Exceptional levels of tank cleaning from the new Alfa Laval TJ40G.

Information by region

All comments are excluding currency effects.

Western Europe including Nordic

Order intake increased in the fourth quarter compared with the third for large projects as well as the base business*. Demand for spare parts and services was also positive across the region. Among the segments, Sanitary, Marine & Diesel Equipment, Marine Offshore Systems, Energy & Process and Water & Waste Treatment had a positive development. All sub-regions reported growth, except Nordic which had a strong third quarter.

Central and Eastern Europe

The region reported a growing order intake in the fourth quarter compared to the third. The main reason was a sizeable order for waste heat recovery systems in Turkey. The base business had a strong development, mainly driven by Sanitary and Service, which both did well across the region. Russia, which did well throughout the year, saw a decline compared to the previous quarter as there were fewer larger projects booked in the quarter.

North America

Order intake in North America was unchanged in the fourth quarter compared to the third, for large projects as well as the base business. The Service segment reported growth. Overall, in the region, Industrial Equipment, OEM and Food & Life Science all had a positive development.

* Base business and base orders refer to orders with an order value of less than EUR 0.5 million.

Latin America

Order intake grew in the fourth quarter compared to the third, boosted by a very positive development in Mexico, where some larger brewery projects were booked and where the Service business also reported a good development.

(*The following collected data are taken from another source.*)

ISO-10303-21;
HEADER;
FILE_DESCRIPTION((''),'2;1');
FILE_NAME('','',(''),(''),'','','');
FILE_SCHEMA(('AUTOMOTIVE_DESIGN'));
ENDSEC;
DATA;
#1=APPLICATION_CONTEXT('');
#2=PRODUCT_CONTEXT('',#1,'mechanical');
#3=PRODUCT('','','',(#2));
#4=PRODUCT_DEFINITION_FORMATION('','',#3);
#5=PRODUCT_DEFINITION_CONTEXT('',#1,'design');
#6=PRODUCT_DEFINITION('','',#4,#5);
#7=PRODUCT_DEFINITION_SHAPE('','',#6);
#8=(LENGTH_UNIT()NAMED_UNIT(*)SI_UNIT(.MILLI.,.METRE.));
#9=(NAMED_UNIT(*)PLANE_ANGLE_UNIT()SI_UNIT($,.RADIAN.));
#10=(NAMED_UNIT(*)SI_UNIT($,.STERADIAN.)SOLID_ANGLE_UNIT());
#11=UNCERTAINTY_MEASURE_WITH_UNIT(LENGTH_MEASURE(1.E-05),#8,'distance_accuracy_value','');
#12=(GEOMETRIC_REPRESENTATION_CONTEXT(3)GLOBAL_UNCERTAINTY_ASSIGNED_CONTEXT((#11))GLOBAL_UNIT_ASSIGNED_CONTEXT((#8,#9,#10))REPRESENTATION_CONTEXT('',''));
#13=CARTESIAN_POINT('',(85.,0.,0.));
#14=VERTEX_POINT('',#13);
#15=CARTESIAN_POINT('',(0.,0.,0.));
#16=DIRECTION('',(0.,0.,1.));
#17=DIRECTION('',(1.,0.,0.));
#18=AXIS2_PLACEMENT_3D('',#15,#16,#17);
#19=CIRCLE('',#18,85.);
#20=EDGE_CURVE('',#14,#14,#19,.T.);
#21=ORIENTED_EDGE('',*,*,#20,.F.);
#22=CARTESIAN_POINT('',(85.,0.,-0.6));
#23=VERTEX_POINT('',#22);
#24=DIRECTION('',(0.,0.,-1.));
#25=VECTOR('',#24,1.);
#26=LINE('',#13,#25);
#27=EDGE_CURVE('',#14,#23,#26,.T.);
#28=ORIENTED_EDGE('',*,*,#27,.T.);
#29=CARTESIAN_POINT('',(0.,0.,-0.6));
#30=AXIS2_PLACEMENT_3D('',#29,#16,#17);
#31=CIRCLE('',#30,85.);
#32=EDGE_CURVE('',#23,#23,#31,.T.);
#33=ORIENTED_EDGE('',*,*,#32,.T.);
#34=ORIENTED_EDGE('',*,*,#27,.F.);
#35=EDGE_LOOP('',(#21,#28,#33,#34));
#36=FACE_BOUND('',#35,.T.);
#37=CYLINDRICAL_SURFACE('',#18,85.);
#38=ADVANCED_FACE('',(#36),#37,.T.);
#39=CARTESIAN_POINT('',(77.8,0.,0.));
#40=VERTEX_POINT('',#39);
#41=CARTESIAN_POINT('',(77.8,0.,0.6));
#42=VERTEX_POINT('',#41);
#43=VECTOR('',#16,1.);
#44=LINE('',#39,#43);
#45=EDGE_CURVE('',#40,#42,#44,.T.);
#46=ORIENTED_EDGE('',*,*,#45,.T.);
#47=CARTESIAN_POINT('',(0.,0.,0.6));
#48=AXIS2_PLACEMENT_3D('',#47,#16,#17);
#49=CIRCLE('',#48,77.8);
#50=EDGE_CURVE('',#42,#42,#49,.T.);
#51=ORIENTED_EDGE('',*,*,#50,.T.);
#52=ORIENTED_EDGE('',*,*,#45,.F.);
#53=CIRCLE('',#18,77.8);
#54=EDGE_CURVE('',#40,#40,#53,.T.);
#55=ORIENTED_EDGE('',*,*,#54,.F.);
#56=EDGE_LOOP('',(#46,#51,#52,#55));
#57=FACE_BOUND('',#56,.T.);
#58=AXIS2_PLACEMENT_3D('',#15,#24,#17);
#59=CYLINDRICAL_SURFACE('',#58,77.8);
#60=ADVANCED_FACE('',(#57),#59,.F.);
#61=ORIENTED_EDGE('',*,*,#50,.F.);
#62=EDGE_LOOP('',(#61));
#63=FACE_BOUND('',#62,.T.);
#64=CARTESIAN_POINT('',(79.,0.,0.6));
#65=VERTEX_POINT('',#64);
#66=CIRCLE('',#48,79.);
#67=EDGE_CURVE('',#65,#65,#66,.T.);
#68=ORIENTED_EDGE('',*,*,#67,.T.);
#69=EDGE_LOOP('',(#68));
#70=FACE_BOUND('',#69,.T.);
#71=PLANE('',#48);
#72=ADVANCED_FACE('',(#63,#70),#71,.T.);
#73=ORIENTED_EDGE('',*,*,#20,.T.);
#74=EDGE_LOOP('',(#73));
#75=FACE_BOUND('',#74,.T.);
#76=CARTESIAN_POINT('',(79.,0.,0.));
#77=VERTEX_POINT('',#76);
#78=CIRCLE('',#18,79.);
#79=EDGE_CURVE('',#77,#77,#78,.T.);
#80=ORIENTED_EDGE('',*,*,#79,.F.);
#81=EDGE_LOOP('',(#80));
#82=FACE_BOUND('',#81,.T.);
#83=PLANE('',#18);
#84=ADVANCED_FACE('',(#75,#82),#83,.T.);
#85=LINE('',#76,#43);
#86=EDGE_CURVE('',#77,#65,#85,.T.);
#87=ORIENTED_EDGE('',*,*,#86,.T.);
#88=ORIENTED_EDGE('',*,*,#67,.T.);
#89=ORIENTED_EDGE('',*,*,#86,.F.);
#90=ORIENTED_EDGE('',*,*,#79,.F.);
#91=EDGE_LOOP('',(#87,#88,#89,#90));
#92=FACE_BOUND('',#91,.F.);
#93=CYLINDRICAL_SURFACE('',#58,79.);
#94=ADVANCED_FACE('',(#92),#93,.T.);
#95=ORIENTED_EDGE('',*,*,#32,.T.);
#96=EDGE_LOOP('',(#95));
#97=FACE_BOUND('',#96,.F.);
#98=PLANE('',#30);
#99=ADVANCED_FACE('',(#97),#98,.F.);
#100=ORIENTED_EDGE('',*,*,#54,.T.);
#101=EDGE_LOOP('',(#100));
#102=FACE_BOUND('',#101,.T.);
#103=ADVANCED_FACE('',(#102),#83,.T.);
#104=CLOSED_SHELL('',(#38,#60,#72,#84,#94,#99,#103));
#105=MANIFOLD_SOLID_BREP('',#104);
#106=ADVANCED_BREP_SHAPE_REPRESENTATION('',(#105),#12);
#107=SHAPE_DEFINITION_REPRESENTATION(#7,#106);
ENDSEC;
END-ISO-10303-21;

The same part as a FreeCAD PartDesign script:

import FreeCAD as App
import Part
import Sketcher
Q = App.Units.Quantity

doc = App.newDocument("Part")
body = doc.addObject("PartDesign::Body", "Body")

# Sketch on XY plane
sketch1 = doc.addObject("Sketcher::SketchObject", "Sketch")
body.addObject(sketch1)
sketch1.AttachmentSupport = (doc.XY_Plane, [""])
sketch1.MapMode = "FlatFace"
sketch1.addGeometry(Part.Circle(App.Vector(0, 0, 0), App.Vector(0, 0, 1), 79), False)
sketch1.addGeometry(Part.Circle(App.Vector(0, 0, 0), App.Vector(0, 0, 1), 78), False)
sketch1.addConstraint(Sketcher.Constraint("Coincident", 0, 3, -1, 1))
sketch1.addConstraint(Sketcher.Constraint("Coincident", 1, 3, -1, 1))
sketch1.addConstraint(Sketcher.Constraint("Diameter", 0, Q("158 mm")))
sketch1.addConstraint(Sketcher.Constraint("Diameter", 1, Q("155.6 mm")))
pad1 = doc.addObject("PartDesign::Pad", "Pad")
body.addObject(pad1)
pad1.Profile = sketch1
pad1.Length = 0.6

# Sketch on XY plane
sketch2 = doc.addObject("Sketcher::SketchObject", "Sketch001")
body.addObject(sketch2)
sketch2.AttachmentSupport = (doc.XY_Plane, [""])
sketch2.MapMode = "FlatFace"
sketch2.addGeometry(Part.Circle(App.Vector(0, 0, 0), App.Vector(0, 0, 1), 85), False)
sketch2.addConstraint(Sketcher.Constraint("Coincident", 0, 3, -1, 1))
sketch2.addConstraint(Sketcher.Constraint("Diameter", 0, Q("170 mm")))
pad2 = doc.addObject("PartDesign::Pad", "Pad001")
body.addObject(pad2)
pad2.Profile = sketch2
pad2.Length = 0.6
pad2.Reversed = True

doc.recompute()
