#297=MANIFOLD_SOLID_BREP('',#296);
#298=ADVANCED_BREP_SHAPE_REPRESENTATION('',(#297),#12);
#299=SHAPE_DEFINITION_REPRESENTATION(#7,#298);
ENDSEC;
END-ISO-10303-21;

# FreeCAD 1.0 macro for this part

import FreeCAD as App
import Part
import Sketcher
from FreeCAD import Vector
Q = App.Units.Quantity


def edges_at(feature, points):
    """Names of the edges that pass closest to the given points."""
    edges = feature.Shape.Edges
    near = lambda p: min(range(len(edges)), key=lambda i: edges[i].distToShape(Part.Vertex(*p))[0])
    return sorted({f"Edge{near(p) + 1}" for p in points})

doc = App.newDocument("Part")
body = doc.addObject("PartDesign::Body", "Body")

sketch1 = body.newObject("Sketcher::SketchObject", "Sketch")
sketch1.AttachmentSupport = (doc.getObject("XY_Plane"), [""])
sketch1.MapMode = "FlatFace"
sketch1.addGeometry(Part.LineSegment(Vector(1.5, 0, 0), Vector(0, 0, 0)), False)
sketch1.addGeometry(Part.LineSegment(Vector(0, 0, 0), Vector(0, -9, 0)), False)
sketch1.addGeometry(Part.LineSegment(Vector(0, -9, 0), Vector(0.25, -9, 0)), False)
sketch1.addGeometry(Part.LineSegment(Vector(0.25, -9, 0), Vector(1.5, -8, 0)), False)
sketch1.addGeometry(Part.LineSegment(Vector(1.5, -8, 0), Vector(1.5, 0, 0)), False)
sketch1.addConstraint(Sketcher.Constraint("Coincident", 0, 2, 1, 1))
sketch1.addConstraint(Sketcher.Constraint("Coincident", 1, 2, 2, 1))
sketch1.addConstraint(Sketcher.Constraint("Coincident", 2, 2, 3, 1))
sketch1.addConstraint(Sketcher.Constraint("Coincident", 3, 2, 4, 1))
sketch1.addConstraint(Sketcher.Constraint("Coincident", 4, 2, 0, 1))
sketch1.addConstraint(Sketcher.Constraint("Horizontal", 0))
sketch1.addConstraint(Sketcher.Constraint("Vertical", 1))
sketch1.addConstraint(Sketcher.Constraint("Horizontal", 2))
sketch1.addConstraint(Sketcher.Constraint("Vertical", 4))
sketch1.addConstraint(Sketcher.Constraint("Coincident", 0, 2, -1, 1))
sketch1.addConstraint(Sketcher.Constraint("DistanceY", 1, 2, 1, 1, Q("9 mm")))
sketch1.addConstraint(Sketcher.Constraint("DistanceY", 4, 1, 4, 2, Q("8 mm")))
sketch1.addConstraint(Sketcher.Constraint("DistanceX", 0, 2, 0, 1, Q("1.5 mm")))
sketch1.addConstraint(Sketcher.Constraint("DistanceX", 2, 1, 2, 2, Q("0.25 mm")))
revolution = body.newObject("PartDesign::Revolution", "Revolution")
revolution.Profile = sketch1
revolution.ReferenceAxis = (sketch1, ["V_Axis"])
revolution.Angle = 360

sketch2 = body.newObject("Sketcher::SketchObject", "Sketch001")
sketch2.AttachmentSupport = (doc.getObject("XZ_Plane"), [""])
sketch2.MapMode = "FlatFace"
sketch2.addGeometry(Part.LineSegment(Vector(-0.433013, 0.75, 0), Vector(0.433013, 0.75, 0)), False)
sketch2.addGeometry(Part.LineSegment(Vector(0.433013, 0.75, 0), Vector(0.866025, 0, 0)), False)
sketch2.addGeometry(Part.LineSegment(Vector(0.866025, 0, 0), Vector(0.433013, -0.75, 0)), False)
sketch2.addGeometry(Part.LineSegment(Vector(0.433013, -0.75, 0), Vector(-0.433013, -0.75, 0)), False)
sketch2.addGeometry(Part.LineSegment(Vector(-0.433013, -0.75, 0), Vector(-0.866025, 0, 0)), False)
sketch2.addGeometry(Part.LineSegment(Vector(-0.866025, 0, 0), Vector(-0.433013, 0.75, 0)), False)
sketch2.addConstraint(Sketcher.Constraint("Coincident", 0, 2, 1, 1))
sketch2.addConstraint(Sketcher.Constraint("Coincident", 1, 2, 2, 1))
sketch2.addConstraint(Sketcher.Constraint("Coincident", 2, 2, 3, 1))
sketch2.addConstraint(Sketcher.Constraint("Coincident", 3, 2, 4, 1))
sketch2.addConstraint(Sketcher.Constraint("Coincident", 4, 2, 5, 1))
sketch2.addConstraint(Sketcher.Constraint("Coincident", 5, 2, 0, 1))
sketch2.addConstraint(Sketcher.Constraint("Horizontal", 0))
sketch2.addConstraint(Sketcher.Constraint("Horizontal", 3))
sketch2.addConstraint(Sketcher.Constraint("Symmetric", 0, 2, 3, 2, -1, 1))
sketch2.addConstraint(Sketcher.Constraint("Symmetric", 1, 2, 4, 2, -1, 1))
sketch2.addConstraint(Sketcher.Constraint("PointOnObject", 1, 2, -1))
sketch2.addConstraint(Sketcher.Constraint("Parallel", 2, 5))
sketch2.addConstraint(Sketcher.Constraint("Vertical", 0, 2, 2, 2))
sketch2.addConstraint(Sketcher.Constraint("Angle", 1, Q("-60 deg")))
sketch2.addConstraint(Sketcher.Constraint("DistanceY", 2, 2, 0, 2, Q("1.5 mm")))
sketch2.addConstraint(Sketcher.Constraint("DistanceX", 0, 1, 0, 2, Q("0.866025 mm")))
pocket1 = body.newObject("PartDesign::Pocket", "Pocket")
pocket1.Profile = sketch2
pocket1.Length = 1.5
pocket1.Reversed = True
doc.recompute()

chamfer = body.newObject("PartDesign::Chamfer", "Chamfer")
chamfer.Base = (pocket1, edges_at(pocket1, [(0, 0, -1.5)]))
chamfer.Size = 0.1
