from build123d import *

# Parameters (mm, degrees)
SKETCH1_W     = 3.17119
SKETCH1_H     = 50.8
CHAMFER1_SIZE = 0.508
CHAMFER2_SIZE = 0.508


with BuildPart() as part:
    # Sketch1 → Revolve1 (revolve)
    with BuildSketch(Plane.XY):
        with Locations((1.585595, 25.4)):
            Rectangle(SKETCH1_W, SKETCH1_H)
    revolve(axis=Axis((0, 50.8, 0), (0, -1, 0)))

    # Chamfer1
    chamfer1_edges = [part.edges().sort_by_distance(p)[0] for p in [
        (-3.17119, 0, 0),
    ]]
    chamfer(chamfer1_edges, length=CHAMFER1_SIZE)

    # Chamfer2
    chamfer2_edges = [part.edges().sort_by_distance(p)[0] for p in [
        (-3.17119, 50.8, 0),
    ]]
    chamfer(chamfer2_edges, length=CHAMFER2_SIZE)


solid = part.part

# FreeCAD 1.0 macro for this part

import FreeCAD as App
import Part
import Sketcher

V = App.Vector
Q = App.Units.Quantity


def edges_at(feature, points):
    """Names of the edges that pass closest to the given points."""
    edges = feature.Shape.Edges
    near = lambda p: min(range(len(edges)), key=lambda i: edges[i].distToShape(Part.Vertex(*p))[0])
    return sorted({f"Edge{near(p) + 1}" for p in points})


def add_polygon(sketch, points):
    """Adds a closed chain of lines whose ends are joined by coincident constraints."""
    first, n = sketch.GeometryCount, len(points)
    for a, b in zip(points, points[1:] + points[:1]):
        sketch.addGeometry(Part.LineSegment(App.Vector(*a, 0), App.Vector(*b, 0)), False)
    for i in range(n):
        sketch.addConstraint(Sketcher.Constraint("Coincident", first + i, 2, first + (i + 1) % n, 1))

doc = App.newDocument("Part")
body = doc.addObject("PartDesign::Body", "Body")

# Sketch on XY plane
sketch1 = doc.addObject("Sketcher::SketchObject", "Sketch")
body.addObject(sketch1)
sketch1.AttachmentSupport = (doc.XY_Plane, [""])
sketch1.MapMode = "FlatFace"
add_polygon(sketch1, [(0, 50.8), (0, 0), (3.2, 0), (3.2, 50.8)])  # lines 0-3
sketch1.addConstraint([
    Sketcher.Constraint("Vertical", 0),
    Sketcher.Constraint("Horizontal", 1),
    Sketcher.Constraint("Vertical", 2),
    Sketcher.Constraint("Horizontal", 3),
    Sketcher.Constraint("Coincident", 0, 2, -1, 1),
    Sketcher.Constraint("DistanceY", 0, 2, 0, 1, Q("2 in")),
    Sketcher.Constraint("DistanceX", 1, 1, 1, 2, 3.17119),
])
revolution = doc.addObject("PartDesign::Revolution", "Revolution")
body.addObject(revolution)
revolution.Profile = sketch1
revolution.ReferenceAxis = (sketch1, ["V_Axis"])
revolution.Angle = 360
doc.recompute()

chamfer = doc.addObject("PartDesign::Chamfer", "Chamfer")
body.addObject(chamfer)
chamfer.Base = (revolution, edges_at(revolution, [(-3.171, 0, 0)]))
chamfer.Size = Q("0.02 in")
doc.recompute()

chamfer2 = doc.addObject("PartDesign::Chamfer", "Chamfer001")
body.addObject(chamfer2)
chamfer2.Base = (chamfer, edges_at(chamfer, [(-3.171, 50.8, 0)]))
chamfer2.Size = Q("0.02 in")

doc.recompute()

Argentina and Chile contributed to the region's growth through a good base business development in both the Equipment and Process Technology division. Brazil remained flat compared to the previous quarter, following the gradual recovery seen over the past few quarters.

Asia

Order intake grew in the fourth quarter compared to the previous quarter, mainly explained by large orders in the Process Technology division and order growth in the Marine & Diesel division compared to the very low level reported in the previous quarter. The Equipment division showed a decline in order intake in the quarter as the comfort business in Industrial Equipment came down from the strong levels recorded in the third quarter. Service showed a general improvement in the quarter, mainly driven by the marine business. From a country perspective India and South Korea reported the strongest development compared to the third quarter. Japan also did well, with growth across all divisions and particularly so in Marine & Diesel. India benefitted from a number of projects in the food and refinery sectors. The positive development in South Korea was mainly explained by marine pumping systems, which improved from a weak third quarter. China reported a decline in order intake compared to the previous quarter. The Equipment division in China reported a lower order intake, due to a decline in Sanitary. Process Technology also showed a decline in China, explained by a slower base business, while larger orders were unchanged.

Consolidated Net sales
Fourth quarter Full year
SEK millions 2016 2015 2016 2015
To customers in:
Sweden 215 225 784 864
Other EU 2,612 2,746 8,959 9,490
Other Europe 823 796 2,597 2,950
USA 1,712 1,697 6,013 6,725
Other North America 165 311 716 1,031
Latin America 492 449 1,788 1,826
Africa 84 94 307 337
China 1,308 1,457 4,705 4,879
South Korea 860 1,261 3,594 5,172
Other Asia 1,510 1,625 5,731 5,991
Oceania 123 144 440 481
Total 9,904 10,805 35,634 39,746

Net sales are reported by country on the basis of invoicing address, which is normally the same as the delivery address.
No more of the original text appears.